Line 344: Why is human activity indicated as the cause of this phenomenon? Any value of R not allows this type of distinction.

Lines 357-358: I do not understand this sentence. For what purpose are the Authors presenting the basic descriptive statistics of the analyzed data at this stage of the work? What matters is the homogeneity of the data, or lack of it. However, perhaps this is due to the vague and confusing style of this sentence.

Lines 393-397: ANOVA again, see my comment on lines 314-329.

Line 421: „…reduced river stages resulted in the reduced groundwater levels.” – are you sure that's what happened? effect/cause, cause/effect ;)

Lines 460 and further: The Conclusions chapter is currently too extensive and these are not entirely conclusions from the research conducted by the Authors, it looks rather like a summary of the work.
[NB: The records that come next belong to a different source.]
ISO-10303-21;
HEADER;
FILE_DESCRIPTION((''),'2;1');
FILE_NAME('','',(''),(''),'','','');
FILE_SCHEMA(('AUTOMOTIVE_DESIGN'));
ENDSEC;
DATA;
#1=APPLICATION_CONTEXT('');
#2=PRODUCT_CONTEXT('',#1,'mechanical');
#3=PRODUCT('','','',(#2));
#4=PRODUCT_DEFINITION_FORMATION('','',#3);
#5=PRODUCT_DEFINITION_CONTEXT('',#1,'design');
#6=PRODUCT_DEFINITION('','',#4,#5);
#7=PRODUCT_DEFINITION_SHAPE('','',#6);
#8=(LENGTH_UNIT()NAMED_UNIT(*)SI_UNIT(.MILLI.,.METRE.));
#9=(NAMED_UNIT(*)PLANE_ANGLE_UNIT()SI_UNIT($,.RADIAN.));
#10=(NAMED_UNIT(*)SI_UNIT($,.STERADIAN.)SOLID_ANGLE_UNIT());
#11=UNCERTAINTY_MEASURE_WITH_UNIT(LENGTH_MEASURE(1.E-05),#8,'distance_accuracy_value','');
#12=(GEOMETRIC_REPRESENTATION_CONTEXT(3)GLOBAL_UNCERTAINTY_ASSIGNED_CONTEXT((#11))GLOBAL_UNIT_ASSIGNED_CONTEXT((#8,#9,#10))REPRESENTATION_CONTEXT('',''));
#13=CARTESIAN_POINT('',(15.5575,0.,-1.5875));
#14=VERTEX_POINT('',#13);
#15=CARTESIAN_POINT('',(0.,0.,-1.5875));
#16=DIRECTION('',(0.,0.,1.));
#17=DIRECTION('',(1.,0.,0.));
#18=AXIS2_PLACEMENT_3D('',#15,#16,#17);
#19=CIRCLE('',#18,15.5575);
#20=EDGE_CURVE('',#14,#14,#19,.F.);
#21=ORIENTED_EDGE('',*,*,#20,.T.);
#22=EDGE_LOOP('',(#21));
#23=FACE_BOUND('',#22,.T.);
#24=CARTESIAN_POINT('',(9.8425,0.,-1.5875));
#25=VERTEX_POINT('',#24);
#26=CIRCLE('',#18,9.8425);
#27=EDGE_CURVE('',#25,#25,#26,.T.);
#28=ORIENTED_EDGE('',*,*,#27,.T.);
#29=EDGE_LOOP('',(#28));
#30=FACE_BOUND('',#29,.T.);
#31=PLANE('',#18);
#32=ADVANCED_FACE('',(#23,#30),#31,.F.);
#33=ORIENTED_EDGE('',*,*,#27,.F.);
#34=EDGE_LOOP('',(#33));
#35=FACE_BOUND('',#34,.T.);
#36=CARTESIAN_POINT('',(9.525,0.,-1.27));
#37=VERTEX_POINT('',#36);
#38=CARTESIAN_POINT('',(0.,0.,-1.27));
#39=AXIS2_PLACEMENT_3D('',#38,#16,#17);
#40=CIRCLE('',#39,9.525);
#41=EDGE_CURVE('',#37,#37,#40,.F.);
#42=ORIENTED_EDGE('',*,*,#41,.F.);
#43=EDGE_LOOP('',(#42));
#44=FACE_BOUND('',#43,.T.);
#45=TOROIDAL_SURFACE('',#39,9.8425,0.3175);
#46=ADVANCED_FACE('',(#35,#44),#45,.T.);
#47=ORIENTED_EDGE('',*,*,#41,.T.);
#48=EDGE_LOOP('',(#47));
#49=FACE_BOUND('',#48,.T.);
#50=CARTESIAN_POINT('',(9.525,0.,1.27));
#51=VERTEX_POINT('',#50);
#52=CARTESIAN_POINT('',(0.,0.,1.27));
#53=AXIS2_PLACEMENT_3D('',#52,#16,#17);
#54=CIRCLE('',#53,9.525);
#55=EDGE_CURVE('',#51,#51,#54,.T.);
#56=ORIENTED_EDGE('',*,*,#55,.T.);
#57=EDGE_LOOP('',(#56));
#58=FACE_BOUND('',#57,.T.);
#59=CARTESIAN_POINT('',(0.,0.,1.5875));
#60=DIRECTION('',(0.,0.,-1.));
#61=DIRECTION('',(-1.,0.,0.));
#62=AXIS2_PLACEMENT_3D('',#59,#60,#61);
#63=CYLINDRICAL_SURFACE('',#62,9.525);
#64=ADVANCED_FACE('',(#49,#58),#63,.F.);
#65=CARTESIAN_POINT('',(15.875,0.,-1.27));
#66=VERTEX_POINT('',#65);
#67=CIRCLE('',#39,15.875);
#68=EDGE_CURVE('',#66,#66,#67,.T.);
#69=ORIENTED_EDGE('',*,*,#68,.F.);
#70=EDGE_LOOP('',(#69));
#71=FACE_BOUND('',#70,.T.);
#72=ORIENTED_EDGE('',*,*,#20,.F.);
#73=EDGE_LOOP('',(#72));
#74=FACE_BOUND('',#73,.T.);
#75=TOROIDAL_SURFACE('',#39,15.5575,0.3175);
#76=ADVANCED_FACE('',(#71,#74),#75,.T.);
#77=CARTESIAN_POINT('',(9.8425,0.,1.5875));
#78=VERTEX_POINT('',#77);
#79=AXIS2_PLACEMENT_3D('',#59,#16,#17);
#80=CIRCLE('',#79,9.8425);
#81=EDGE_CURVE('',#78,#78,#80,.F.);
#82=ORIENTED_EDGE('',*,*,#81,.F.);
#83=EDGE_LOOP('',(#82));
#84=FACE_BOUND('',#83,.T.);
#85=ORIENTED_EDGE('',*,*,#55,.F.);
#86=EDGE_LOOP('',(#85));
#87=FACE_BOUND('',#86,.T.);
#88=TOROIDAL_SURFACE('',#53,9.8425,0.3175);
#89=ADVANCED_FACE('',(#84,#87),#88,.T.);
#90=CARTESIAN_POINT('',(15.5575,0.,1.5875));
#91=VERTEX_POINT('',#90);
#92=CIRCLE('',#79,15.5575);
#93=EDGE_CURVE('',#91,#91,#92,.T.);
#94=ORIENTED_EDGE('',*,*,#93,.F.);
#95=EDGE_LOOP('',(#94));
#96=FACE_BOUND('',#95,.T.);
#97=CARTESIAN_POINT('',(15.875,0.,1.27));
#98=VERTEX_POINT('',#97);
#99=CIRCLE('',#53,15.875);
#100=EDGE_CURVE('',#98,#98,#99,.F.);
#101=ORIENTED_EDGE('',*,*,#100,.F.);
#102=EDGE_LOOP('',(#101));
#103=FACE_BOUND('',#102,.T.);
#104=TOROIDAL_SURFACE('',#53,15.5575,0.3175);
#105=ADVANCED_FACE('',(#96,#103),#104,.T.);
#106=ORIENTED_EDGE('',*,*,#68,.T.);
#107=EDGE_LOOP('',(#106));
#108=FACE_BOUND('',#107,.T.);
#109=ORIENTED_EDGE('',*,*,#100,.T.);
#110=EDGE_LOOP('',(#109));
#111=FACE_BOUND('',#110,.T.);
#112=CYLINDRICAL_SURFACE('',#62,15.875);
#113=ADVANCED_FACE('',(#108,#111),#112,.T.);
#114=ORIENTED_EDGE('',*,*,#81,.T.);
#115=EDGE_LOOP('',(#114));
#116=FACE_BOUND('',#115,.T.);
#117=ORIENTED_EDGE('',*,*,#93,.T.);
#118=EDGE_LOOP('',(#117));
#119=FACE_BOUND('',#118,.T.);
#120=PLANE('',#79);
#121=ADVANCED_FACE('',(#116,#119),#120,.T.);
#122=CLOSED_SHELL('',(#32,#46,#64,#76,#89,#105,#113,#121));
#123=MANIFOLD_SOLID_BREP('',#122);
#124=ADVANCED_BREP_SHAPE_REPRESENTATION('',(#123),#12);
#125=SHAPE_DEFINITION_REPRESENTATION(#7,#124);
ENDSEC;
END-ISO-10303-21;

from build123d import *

# Parameters (mm, degrees)
BOSS_EXTRUDE1_DEPTH      = 1.5875
BOSS_EXTRUDE1_DEPTH_BACK = 1.5875
SKETCH3_R                = 15.875
SKETCH3_R_2              = 9.525
FILLET1_R                = 0.3175


with BuildPart() as part:
    # Sketch3 → Boss-Extrude1 (new, two sides: drawn at the far end of the back side and taken through both)
    with BuildSketch(Plane.XY.offset(-BOSS_EXTRUDE1_DEPTH_BACK)):
        Circle(SKETCH3_R)
        Circle(SKETCH3_R_2, mode=Mode.SUBTRACT)
    extrude(amount=BOSS_EXTRUDE1_DEPTH + BOSS_EXTRUDE1_DEPTH_BACK)

    # Fillet1
    fillet1_edges = [part.edges().sort_by_distance(p)[0] for p in [
        (-15.875, 0, 1.5875),
        (-9.525, 0, 1.5875),
        (-15.875, 0, -1.5875),
        (-9.525, 0, -1.5875),
    ]]
    fillet(fillet1_edges, radius=FILLET1_R)


solid = part.part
In the Conclusions chapter, the Authors present a number of statements that were not the main subject of the research and their relationship with the results of direct calculations and interpretation of the analyzed data is rather weak. This applies to conclusions: 1, 2, 3 (almost all) and 5. I strongly suggest that you rethink your research findings and re-state your conclusions.

References:

Brunner, P., Cook, P.G. and Simmons, C.T., 2011. Disconnected surface water and groundwater: From theory to practice, Ground Water , 49(4), 460-467.

Frei S., Fleckenstein J.H., Kollet S., Maxwell R.M., 2009. Patterns and dynamics of river–aquifer exchange with variably-saturated flow using a fully-coupled model. Journal of Hydrology, 375: 383–393.

Kotowski T., Najman J., Nowobilska-Luberda A., Bergel T. and Kaczor G., 2023. Analysis of the interaction between surface water and groundwater using gaseous tracers in a dynamic test at a riverbank filtration intake. Hydrological Processes, 37(4),  e14862, doi.org/10.1002/hyp.14862

Tang, Q., Kurtz, W., Brunner, P., Vereecken, H., Hendricks Franssen, H.-J., 2015. Characterizations of river-aquifer exchange fluxes: The role of spatial patterns of riverbed hydraulic conductivities, J. Hydrol., 531, 111-123.

Kotowski T., Motyka J., Knap W., Bielewski J., 2020 - 17-year study on the chemical composition of rain, snow and sleet in very dusty air (Krakow, Poland). Journal of Hydrology, 582: 124543, doi.org/10.1016/j.jhydrol.2020.124543

Treese, S., Meixner, T. and Hogan, J.F., 2009.  Clogging of an effluent dominated semiarid river: A conceptual model of stream–aquifer interactions (1), American Water Resources Association, 45(4), 1047–1062.

In some parts, the work is written in a way that is not very understandable, I suggest carrying out language correction by a native speaker in the field of natural sciences.

Author Response

Please see the attachment

Author Response File: Author Response.doc

Reviewer 2 Report

In fact, I could not clearly get the effect of gravel and sand mining on groundwater and surface water regimes. In other words, how did the mining impose threat on water regimes? the mechanism or its process should be presented or illustrated more clearly.

Author Response

Please see the attachment

Author Response File: Author Response.doc

Round 2

Reviewer 1 Report

At the outset, I would like to say that I appreciate the effort put in by the Authors to improve this manuscript. At the same time, I am glad that my comments helped the Authors to improve this interesting article. I have no further comments, good luck with your further research.